# Win7 DVD mit Ashampoo Burning Studio 2010-How to...?



## Ahab (17. Januar 2010)

Ick will jetz ooch Windows 7! 

Die Sache ist die: ich habe Windows 7 als Student kostenlos erhalten, zum selba runterladen. Es liegt *eine *Iso-Datei vor. Wie brenne ich diese mit Ashampoo, sodass davon gebootet werden kann? Hab sie einfach so mal als Daten-DVD gebrannt, war natürlich Unsinn... 

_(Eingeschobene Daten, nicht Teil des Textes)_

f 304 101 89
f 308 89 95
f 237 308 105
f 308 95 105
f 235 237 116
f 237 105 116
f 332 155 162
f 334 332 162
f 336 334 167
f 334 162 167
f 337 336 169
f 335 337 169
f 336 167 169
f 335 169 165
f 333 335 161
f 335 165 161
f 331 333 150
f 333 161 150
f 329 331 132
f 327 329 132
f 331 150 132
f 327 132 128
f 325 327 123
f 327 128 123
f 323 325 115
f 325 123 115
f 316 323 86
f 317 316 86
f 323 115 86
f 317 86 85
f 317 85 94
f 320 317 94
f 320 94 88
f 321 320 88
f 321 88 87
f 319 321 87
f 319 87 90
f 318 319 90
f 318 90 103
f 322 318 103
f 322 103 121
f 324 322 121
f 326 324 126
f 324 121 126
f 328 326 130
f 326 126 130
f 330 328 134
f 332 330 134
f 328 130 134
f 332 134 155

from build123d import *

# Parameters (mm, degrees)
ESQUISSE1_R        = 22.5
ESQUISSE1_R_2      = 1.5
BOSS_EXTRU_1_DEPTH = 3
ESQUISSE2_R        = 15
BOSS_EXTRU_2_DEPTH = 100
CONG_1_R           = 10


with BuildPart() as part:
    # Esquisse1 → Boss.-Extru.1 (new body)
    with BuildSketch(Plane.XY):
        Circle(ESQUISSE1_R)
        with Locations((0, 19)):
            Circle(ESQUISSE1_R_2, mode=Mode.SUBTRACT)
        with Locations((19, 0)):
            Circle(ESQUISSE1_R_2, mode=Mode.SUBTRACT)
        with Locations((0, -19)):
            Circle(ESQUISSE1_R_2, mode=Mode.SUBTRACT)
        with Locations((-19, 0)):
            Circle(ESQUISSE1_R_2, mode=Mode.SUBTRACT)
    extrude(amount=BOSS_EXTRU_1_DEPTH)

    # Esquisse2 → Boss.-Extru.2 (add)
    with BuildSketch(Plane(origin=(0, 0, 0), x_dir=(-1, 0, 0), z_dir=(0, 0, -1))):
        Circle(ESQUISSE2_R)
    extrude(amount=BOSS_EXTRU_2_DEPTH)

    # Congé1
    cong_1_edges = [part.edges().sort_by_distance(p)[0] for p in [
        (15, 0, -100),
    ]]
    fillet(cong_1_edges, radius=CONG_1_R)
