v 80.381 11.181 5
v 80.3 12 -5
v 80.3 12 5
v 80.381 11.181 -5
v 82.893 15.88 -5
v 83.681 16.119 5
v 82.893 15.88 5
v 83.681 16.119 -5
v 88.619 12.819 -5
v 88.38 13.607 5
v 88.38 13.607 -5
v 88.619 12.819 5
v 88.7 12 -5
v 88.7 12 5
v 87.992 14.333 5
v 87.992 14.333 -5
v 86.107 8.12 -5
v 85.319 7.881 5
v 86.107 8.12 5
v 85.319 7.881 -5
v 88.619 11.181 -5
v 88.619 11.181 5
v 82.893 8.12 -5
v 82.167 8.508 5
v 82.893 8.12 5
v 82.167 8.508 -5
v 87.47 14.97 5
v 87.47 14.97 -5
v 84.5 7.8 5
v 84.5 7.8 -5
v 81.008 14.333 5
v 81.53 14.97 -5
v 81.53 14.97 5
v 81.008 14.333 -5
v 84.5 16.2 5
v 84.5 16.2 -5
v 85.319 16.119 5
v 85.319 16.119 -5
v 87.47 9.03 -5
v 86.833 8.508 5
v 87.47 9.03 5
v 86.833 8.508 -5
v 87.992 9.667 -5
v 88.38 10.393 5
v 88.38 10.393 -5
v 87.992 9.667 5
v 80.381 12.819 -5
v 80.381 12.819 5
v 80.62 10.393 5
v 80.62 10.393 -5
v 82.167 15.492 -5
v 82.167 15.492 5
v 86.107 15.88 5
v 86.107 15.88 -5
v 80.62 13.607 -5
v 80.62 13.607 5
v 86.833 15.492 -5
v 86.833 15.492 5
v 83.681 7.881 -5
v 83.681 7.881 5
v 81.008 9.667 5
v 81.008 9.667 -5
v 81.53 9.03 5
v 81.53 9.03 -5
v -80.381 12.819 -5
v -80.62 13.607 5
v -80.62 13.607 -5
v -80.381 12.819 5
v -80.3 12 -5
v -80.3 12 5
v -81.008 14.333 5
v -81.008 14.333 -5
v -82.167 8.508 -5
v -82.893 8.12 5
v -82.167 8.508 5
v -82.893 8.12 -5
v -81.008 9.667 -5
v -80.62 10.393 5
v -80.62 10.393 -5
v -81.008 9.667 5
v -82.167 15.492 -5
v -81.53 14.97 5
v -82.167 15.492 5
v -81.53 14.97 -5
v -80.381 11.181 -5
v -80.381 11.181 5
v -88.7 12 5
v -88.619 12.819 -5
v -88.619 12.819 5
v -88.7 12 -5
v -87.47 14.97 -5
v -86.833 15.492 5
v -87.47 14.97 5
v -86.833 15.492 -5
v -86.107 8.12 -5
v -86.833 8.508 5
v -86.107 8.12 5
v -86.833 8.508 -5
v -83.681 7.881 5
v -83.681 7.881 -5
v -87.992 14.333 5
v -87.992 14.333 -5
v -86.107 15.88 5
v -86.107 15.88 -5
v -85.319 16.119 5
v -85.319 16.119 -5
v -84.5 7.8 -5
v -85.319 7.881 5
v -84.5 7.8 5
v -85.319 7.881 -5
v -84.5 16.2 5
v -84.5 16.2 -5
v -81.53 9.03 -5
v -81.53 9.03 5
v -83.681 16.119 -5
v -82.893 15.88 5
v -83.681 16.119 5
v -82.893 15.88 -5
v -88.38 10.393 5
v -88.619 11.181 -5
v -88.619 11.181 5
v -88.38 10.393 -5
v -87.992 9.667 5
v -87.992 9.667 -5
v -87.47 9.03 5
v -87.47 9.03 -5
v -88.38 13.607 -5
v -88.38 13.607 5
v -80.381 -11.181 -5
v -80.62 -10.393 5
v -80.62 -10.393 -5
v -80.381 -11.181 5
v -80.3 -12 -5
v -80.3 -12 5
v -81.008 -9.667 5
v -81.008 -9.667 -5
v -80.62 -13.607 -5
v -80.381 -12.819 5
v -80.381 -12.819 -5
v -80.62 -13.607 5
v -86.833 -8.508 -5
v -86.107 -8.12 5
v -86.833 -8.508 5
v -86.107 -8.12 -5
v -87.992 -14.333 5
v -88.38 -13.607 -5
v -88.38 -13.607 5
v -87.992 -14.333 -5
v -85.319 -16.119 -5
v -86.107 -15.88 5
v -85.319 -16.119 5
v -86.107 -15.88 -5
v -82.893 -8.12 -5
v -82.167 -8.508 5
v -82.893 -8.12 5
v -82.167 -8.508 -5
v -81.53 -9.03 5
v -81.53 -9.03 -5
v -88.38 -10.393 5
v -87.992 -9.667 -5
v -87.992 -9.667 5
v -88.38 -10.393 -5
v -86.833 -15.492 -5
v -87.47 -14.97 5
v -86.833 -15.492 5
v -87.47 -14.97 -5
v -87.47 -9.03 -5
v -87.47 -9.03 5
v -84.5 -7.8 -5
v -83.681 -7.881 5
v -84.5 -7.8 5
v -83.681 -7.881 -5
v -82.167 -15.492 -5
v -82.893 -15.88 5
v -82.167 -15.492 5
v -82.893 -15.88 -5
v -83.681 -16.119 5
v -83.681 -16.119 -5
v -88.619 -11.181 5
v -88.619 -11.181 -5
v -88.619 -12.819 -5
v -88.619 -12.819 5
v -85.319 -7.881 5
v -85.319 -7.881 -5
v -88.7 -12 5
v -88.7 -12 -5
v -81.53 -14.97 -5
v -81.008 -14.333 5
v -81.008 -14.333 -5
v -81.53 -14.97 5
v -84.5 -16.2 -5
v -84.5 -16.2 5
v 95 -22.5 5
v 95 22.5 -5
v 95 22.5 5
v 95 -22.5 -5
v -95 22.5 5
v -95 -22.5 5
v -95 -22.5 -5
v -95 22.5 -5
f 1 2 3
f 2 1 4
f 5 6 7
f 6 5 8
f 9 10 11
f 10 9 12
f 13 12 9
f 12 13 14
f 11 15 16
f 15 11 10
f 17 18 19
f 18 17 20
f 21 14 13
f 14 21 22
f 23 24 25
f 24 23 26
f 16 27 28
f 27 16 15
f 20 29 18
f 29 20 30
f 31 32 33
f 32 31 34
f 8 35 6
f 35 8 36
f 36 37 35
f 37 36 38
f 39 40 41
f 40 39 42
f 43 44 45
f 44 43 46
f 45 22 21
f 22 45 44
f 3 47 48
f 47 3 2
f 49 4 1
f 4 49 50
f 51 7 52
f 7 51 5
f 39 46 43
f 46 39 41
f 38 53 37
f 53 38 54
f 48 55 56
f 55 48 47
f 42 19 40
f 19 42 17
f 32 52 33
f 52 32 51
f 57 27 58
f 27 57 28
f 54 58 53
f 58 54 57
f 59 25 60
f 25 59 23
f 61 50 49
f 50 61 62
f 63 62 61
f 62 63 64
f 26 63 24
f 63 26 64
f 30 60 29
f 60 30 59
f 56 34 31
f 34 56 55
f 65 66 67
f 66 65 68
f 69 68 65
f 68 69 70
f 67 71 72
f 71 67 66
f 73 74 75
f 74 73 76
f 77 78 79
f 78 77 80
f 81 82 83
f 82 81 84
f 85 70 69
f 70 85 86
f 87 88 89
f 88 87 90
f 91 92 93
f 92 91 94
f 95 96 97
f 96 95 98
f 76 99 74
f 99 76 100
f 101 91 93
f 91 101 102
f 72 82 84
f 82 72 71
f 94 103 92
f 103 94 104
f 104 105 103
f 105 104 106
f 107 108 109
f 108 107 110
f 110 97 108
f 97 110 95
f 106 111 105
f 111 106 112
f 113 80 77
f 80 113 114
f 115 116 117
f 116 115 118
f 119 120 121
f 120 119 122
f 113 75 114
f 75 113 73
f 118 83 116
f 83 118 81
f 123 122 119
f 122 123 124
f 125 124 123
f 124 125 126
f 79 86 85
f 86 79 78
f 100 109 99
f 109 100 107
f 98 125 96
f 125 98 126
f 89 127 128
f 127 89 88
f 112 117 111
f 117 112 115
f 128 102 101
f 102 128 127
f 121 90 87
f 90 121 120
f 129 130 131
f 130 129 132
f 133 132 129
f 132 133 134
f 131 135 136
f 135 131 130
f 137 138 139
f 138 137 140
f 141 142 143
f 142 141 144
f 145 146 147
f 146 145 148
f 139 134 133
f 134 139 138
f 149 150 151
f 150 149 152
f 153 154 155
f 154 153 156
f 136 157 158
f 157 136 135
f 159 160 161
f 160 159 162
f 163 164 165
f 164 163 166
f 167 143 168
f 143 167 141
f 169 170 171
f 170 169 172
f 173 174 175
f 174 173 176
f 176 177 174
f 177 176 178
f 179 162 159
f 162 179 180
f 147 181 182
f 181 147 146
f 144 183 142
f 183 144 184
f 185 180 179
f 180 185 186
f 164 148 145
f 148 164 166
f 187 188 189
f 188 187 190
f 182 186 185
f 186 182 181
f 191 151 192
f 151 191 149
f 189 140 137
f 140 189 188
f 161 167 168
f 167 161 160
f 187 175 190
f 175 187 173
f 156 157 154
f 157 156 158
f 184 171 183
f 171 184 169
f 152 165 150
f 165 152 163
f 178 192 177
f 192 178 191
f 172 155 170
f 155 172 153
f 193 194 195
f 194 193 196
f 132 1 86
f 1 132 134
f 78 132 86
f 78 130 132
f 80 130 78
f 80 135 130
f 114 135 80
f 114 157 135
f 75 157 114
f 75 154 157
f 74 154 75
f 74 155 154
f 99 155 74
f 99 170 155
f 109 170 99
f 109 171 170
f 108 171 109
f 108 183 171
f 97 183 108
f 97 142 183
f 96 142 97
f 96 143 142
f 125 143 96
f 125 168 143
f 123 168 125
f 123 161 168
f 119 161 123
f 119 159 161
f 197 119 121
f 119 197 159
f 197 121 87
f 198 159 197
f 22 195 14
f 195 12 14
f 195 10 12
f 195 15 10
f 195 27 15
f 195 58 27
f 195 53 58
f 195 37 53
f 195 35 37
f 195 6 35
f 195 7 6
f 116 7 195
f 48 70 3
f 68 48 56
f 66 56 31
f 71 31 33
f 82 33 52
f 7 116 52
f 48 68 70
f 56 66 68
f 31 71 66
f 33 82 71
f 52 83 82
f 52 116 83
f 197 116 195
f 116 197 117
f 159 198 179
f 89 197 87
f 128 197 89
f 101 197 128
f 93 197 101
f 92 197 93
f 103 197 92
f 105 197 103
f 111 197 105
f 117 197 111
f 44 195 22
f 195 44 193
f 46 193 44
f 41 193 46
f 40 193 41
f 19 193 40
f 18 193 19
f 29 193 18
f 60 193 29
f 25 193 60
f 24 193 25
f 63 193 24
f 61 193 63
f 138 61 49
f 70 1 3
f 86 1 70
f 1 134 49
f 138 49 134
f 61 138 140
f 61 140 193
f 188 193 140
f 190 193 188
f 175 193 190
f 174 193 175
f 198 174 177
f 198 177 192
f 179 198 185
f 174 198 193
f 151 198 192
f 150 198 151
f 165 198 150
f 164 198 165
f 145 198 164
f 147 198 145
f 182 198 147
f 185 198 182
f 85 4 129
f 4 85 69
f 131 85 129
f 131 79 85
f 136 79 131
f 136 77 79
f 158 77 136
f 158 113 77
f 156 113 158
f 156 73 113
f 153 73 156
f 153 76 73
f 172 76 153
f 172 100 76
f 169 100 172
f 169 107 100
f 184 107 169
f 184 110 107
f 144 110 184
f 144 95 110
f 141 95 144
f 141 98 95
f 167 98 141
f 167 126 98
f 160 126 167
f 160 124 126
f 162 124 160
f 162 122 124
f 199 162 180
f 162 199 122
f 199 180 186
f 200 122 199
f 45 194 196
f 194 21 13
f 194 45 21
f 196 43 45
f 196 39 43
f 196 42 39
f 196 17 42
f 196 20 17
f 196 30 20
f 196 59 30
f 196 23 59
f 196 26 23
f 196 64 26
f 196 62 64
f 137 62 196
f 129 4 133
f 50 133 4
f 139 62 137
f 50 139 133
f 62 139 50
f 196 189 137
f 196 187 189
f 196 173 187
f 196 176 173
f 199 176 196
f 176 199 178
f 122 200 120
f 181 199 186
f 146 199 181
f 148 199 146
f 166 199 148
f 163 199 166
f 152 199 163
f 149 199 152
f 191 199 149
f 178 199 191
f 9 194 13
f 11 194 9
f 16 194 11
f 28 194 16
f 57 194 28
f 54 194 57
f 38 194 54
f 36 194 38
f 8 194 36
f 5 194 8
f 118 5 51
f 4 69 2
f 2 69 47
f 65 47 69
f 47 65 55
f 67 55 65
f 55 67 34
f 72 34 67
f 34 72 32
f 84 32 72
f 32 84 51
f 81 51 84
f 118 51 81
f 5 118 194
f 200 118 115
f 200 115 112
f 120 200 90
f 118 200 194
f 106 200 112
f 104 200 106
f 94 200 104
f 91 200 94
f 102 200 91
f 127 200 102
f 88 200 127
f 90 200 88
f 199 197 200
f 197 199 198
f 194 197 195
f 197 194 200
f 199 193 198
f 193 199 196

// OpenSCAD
$fn = 32;

// ----------------------------------------------------------------------
// Corner plate 190 x 45 x 10
// 3 holes, centres taken from the edge offset
// ----------------------------------------------------------------------

// --- parameters (mm) ---
plate = [190, 45, 10];  // overall size (x, y, z)
holes = 3;              // number of holes the drawing asks for
hole_d = 8.4;           // hole diameter
edge = 10.5;            // hole centre offset from the plate edge

// --- derived feature positions (mm) ---
corner_x = plate[0] / 2 - edge;  // = 84.5   corner hole X
corner_y = plate[1] / 2 - edge;  // = 12   corner hole Y
feature_centers = [
  [corner_x, corner_y],
  [-corner_x, corner_y],
  [-corner_x, -corner_y]
];   // hole centres the loop below drills

// plate outline, every hole drilled through with the same cutters
difference() {
  cube(plate, center = true);
  for (centre = feature_centers)
    translate([centre[0], centre[1], 0])
      cylinder(d = hole_d, h = plate[2] + 2, center = true);
}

Wie geht das? Ich soll einen Pfad zum Boot-Image angeben, da hab ich die ISO Datei von Win 7 herausgesucht. Dann muss ich aber noch eine Datei angeben, die auf die DVD gebrannt werden soll. Wenn ich hier wieder die Win 7 ISO wähle, wirds zu viel und passt nicht. Aber so soll das ja sicherlich auch nicht...? 

Kann mir einer helfen? 

PS: Ich möchte Ashampoo nutzen. Bitte keine Tipps àla "Nimma Dieses oder Jenes Programm, einfach hier und da alletnichsoschwermachsteschon..."


----------



## midnight (17. Januar 2010)

Geh einfach auf "Disc-Images erstellen und brennen" und dann "CD/DVD/BD von einem Discimage brennen". Dann wählst du dein ISO-File aus und gut is (=
Du brauchst nur eine Datei angeben und das ist das von dir heruntergeladenen Image!

so far


----------



## Ahab (18. Januar 2010)

Top!  Besten Dank! Er bootet...


----------



## midnight (18. Januar 2010)

Immer wieder gerne, man tut was man kann (=

so far


----------